Unsettled Science

You really must see it to believe it. Senator George McGovern, the gentleman from South Dakota, showed special form. He looked both outraged and concerned. A scientist had just urged caution when considering the role of dietary fat in the health of the American people, but Senator McGovern would have none of it. He pointed out that elected officials didn’t have the luxury to wait in matters of public policy. Senator McGovern then pontificated about the role of “the Guardians” of the Republic. A decision had already been made.

As I write 40 years or so after the fact, I don’t want to mislead you. Senator McGovern owned those hearings. He was wrong, immensely wrong, but he carried the day. Turns out, heart disease had been steadily become a killer of Americans. Nobody could know why that was so at the time. Now I suspect, and I’d be willing to bet my scant reputation on it, consumption of sugar had a lot to do with it. Most researchers at the time urged caution and asked for better knowledge. But an immensely bright and charismatic researcher named Ancel Keys thought he knew: he thought dietary fat was driving Americans to an early grave. And he found an ally in Senator McGovern.
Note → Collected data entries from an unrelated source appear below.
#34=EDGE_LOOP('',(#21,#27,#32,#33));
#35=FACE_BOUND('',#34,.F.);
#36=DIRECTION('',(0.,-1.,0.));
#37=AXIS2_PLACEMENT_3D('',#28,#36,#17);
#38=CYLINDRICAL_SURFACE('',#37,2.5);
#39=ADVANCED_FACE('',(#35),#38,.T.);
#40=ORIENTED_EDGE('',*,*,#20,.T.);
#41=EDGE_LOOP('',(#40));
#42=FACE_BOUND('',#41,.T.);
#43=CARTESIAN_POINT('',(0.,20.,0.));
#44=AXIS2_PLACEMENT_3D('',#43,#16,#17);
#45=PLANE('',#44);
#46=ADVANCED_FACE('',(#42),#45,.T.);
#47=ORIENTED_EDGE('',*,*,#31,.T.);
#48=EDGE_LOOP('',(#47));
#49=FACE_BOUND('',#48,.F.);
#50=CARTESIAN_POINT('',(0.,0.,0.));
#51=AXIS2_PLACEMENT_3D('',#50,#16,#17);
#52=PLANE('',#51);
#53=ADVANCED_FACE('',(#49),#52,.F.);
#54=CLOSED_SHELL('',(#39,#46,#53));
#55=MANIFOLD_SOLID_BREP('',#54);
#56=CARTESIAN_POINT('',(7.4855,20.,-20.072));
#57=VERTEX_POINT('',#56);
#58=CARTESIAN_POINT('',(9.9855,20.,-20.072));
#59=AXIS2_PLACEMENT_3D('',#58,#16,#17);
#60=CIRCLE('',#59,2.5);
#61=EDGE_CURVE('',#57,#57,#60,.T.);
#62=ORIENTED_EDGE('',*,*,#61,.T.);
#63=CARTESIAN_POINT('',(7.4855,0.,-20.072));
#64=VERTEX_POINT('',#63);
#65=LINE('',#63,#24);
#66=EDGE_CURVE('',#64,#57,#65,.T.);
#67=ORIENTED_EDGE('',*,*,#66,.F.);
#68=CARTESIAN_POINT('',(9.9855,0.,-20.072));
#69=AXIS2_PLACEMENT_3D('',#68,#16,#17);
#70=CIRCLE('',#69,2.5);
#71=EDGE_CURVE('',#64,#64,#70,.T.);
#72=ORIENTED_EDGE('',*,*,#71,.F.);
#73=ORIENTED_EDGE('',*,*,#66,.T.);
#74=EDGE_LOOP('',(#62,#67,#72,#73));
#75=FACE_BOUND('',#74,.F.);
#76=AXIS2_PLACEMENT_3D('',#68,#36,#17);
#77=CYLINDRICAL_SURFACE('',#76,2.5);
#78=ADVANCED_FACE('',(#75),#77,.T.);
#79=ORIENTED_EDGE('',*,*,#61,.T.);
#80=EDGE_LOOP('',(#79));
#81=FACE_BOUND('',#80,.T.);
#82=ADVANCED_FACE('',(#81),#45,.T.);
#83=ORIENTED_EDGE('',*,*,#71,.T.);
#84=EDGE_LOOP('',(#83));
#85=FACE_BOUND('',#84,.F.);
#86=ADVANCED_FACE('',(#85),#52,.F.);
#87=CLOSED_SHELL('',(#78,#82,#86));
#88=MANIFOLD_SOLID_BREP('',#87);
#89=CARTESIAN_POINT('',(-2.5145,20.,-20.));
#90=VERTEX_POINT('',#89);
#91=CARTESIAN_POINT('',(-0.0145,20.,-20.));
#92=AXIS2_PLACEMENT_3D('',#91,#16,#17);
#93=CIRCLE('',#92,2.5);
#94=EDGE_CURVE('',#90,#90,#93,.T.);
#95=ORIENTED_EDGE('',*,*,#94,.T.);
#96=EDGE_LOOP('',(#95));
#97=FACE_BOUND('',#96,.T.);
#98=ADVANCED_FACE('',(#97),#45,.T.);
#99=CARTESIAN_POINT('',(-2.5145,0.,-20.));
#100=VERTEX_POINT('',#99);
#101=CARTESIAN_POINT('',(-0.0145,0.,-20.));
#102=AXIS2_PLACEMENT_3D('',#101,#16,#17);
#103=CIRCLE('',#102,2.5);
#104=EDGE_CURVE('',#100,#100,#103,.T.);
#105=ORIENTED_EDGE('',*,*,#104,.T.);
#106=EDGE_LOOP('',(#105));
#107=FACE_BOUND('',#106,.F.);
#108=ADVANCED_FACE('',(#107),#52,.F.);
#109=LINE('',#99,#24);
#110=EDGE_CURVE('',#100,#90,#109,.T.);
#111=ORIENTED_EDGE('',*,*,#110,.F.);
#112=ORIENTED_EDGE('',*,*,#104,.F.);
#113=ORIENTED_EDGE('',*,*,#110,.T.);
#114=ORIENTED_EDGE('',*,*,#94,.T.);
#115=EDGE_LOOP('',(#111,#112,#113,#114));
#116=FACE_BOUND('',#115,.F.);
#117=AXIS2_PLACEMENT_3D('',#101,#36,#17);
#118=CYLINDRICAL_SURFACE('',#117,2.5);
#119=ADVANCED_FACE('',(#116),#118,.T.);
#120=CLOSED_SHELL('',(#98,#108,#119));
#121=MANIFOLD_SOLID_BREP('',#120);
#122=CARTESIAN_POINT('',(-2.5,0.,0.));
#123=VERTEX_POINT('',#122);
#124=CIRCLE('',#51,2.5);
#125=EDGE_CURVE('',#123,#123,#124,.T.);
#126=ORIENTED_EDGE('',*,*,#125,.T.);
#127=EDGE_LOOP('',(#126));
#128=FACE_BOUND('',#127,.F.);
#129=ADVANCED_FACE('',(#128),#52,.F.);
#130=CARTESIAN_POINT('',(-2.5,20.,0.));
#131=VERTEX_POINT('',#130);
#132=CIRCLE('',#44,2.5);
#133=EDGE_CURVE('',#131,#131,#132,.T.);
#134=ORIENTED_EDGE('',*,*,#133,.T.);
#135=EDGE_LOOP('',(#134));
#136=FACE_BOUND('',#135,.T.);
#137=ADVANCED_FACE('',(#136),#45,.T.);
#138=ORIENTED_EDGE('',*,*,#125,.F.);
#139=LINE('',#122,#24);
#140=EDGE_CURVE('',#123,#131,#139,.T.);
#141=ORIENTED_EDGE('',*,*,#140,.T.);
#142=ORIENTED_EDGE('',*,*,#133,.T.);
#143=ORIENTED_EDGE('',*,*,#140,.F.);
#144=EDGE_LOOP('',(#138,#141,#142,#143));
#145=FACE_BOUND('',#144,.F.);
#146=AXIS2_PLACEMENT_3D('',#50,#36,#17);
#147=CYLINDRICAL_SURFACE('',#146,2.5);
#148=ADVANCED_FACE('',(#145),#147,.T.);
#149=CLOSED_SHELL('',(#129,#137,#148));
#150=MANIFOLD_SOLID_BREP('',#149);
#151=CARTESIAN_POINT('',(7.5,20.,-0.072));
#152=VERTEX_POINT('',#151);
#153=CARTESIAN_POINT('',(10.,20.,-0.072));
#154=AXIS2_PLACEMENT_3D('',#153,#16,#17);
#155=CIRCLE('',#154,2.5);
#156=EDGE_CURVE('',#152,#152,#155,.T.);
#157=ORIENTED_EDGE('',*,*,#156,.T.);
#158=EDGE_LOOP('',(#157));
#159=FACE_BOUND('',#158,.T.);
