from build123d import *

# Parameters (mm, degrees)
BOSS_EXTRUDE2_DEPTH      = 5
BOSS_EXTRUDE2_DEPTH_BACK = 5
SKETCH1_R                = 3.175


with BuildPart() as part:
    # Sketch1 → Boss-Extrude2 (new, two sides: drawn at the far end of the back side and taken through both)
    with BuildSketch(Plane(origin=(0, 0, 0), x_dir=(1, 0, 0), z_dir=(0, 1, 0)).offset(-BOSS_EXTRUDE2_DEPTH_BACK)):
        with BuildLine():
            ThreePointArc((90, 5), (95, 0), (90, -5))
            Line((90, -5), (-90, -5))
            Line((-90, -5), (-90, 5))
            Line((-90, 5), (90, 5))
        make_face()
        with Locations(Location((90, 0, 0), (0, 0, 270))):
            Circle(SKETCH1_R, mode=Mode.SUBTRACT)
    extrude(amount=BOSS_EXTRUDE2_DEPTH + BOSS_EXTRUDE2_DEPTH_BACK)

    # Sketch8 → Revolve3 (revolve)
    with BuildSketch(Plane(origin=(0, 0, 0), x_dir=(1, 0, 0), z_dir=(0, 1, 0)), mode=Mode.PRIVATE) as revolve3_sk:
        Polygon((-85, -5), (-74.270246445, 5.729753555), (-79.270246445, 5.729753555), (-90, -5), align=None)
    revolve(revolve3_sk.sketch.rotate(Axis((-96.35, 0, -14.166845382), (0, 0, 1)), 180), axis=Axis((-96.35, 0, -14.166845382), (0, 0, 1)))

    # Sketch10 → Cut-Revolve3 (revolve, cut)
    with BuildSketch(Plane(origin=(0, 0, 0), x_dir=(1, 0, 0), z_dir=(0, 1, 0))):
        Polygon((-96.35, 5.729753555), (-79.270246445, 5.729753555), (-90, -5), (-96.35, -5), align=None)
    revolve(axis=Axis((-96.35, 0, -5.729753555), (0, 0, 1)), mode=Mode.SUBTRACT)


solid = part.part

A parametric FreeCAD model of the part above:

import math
import FreeCAD as App
import Part
import Sketcher

V = App.Vector
Q = App.Units.Quantity


def add_polygon(sketch, points):
    """Adds a closed chain of lines whose ends are joined by coincident constraints."""
    first, n = sketch.GeometryCount, len(points)
    for a, b in zip(points, points[1:] + points[:1]):
        sketch.addGeometry(Part.LineSegment(App.Vector(*a, 0), App.Vector(*b, 0)), False)
    for i in range(n):
        sketch.addConstraint(Sketcher.Constraint("Coincident", first + i, 2, first + (i + 1) % n, 1))

doc = App.newDocument("Part")
params = doc.addObject("Spreadsheet::Sheet", "Params")
for row, (alias, value) in enumerate([
    ("sketch1_radius", "5 mm"),
    ("sketch1_diameter", "6.35 mm"),
    ("sketch1_width", "180 mm"),
    ("pad1_length", "5 mm"),
    ("pad1_length2", "5 mm"),
    ("sketch2_width", "5 mm"),
    ("revolution_angle", "360 deg"),
    ("sketch3_width", "6.35 mm"),
    ("groove_angle", "360 deg"),
], start=1):
    params.set(f"A{row}", alias)
    params.set(f"B{row}", "=" + value)
    params.setAlias(f"B{row}", alias)

body = doc.addObject("PartDesign::Body", "Body")

# Sketch on XZ plane
sketch1 = body.newObject("Sketcher::SketchObject", "Sketch")
sketch1.AttachmentSupport = (doc.getObject("XZ_Plane"), [""])
sketch1.MapMode = "FlatFace"
sketch1.addGeometry(Part.ArcOfCircle(Part.Circle(V(90, 0, 0), V(0, 0, 1), 5), math.radians(-90), math.radians(90)), False)
sketch1.addGeometry(Part.LineSegment(V(90, -5, 0), V(-90, -5, 0)), False)
sketch1.addGeometry(Part.LineSegment(V(-90, -5, 0), V(-90, 5, 0)), False)
sketch1.addGeometry(Part.LineSegment(V(-90, 5, 0), V(90, 5, 0)), False)
sketch1.addGeometry(Part.Circle(V(90, 0, 0), V(0, 0, 1), 3.2), False)
sketch1.addConstraint(Sketcher.Constraint("Tangent", 0, 1, 1, 1))
sketch1.addConstraint(Sketcher.Constraint("Coincident", 1, 2, 2, 1))
sketch1.addConstraint(Sketcher.Constraint("Coincident", 2, 2, 3, 1))
sketch1.addConstraint(Sketcher.Constraint("Tangent", 3, 2, 0, 2))
sketch1.addConstraint(Sketcher.Constraint("Horizontal", 1))
sketch1.addConstraint(Sketcher.Constraint("Vertical", 2))
sketch1.addConstraint(Sketcher.Constraint("Horizontal", 3))
sketch1.addConstraint(Sketcher.Constraint("Coincident", 4, 3, 0, 3))
sketch1.addConstraint(Sketcher.Constraint("Symmetric", 0, 1, 2, 2, -1, 1))
sketch1.addConstraint(Sketcher.Constraint("Radius", 0, Q("5 mm")))
sketch1.addConstraint(Sketcher.Constraint("Diameter", 4, Q("6.35 mm")))
sketch1.addConstraint(Sketcher.Constraint("DistanceX", 1, 2, 1, 1, Q("180 mm")))
sketch1.setExpression("Constraints[9]", "Params.sketch1_radius")
sketch1.setExpression("Constraints[10]", "Params.sketch1_diameter")
sketch1.setExpression("Constraints[11]", "Params.sketch1_width")
pad1 = body.newObject("PartDesign::Pad", "Pad")
pad1.Profile = sketch1
pad1.Type = "TwoLengths"
pad1.setExpression("Length", "Params.pad1_length")
pad1.setExpression("Length2", "Params.pad1_length2")
pad1.Reversed = True

# Sketch on XZ plane
sketch2 = body.newObject("Sketcher::SketchObject", "Sketch001")
sketch2.AttachmentSupport = (doc.getObject("XZ_Plane"), [""])
sketch2.MapMode = "FlatFace"
add_polygon(sketch2, [(-85, 5), (-74, -6), (-79, -6), (-90, 5)])  # lines 0-3
sketch2.addGeometry(Part.LineSegment(V(-96, -6, 0), V(-96, 5, 0)), True)  # axis
sketch2.addConstraint(Sketcher.Constraint("Horizontal", 1))
sketch2.addConstraint(Sketcher.Constraint("Horizontal", 3))
sketch2.addConstraint(Sketcher.Constraint("Vertical", 4))
sketch2.addConstraint(Sketcher.Constraint("Parallel", 0, 2))
sketch2.addConstraint(Sketcher.Constraint("Horizontal", 1, 2, 4, 1))
sketch2.addConstraint(Sketcher.Constraint("Horizontal", 3, 2, 4, 2))
sketch2.addConstraint(Sketcher.Constraint("DistanceX", 1, 2, 1, 1, Q("5 mm")))
sketch2.addConstraint(Sketcher.Constraint("Angle", 0, Q("-45 deg")))
sketch2.addConstraint(Sketcher.Constraint("DistanceX", 2, 2, -1, 1, Q("90 mm")))
sketch2.addConstraint(Sketcher.Constraint("DistanceY", -1, 1, 2, 2, Q("5 mm")))
sketch2.addConstraint(Sketcher.Constraint("DistanceX", 4, 1, -1, 1, Q("96.35 mm")))
sketch2.addConstraint(Sketcher.Constraint("DistanceY", 4, 1, 4, 2, Q("10.729754 mm")))
sketch2.setExpression("Constraints[10]", "Params.sketch2_width")
revolution = body.newObject("PartDesign::Revolution", "Revolution")
revolution.Profile = sketch2
revolution.ReferenceAxis = (sketch2, ["Axis0"])
revolution.setExpression("Angle", "Params.revolution_angle")

# Sketch on XZ plane
sketch3 = body.newObject("Sketcher::SketchObject", "Sketch002")
sketch3.AttachmentSupport = (doc.getObject("XZ_Plane"), [""])
sketch3.MapMode = "FlatFace"
add_polygon(sketch3, [(-79, -6), (-96, -6), (-96, 5), (-90, 5)])  # lines 0-3
sketch3.addGeometry(Part.LineSegment(V(-96, -6, 0), V(-96, 5, 0)), True)  # axis
sketch3.addConstraint(Sketcher.Constraint("Horizontal", 0))
sketch3.addConstraint(Sketcher.Constraint("Vertical", 1))
sketch3.addConstraint(Sketcher.Constraint("Horizontal", 2))
sketch3.addConstraint(Sketcher.Constraint("Vertical", 4))
sketch3.addConstraint(Sketcher.Constraint("Coincident", 4, 1, 0, 2))
sketch3.addConstraint(Sketcher.Constraint("Horizontal", 2, 2, 4, 2))
sketch3.addConstraint(Sketcher.Constraint("Angle", 3, Q("-45 deg")))
sketch3.addConstraint(Sketcher.Constraint("DistanceY", -1, 1, 1, 2, Q("5 mm")))
sketch3.addConstraint(Sketcher.Constraint("DistanceX", 2, 2, -1, 1, Q("90 mm")))
sketch3.addConstraint(Sketcher.Constraint("DistanceX", 2, 1, 2, 2, Q("6.35 mm")))
sketch3.addConstraint(Sketcher.Constraint("DistanceX", 0, 2, 0, 1, Q("17.079754 mm")))
sketch3.setExpression("Constraints[13]", "Params.sketch3_width")
groove = body.newObject("PartDesign::Groove", "Groove")
groove.Profile = sketch3
groove.ReferenceAxis = (sketch3, ["Axis0"])
groove.setExpression("Angle", "Params.groove_angle")

doc.recompute()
Ancel Keys’ theory was simple, and very attractive to Senator McGovern: Americans ought to stop consuming animal products. This was heaven-sent to Mr. McGovern. The simple message, “stop eating fat” pleased two of his major constituencies. The farmers of his state liked the mandate to eat simple farm products; selling corn and wheat, that didn’t sound too bad. It also pleased the rising environmental lobby. Eating animals was now suspect, which would lessen the load on the environment, the way professional environmentalist saw things: eat corn, hold the veal.

The 1977 McGovern hearings left a permanent mark on public policy. That’s how the ‘food pyramid’ was born. Worse still, after the recommendations, food conglomerates started rolling off ‘low-fat’ products, based on the settled science that should never have been. It turns out we human beings are not clean slates that can be manipulated into behaving in a certain way. We are not that simple.

I won’t write about the failures of the ‘dietary guidelines’, perhaps another day. I’m pointing out, how ridiculous the whole thing was. Ancel Keys was a researcher, one among many. Senator McGovern was a dime-a-dozen demagogue. How did these flawed men dictate how we Americans ate for most of the last half century? How indeed?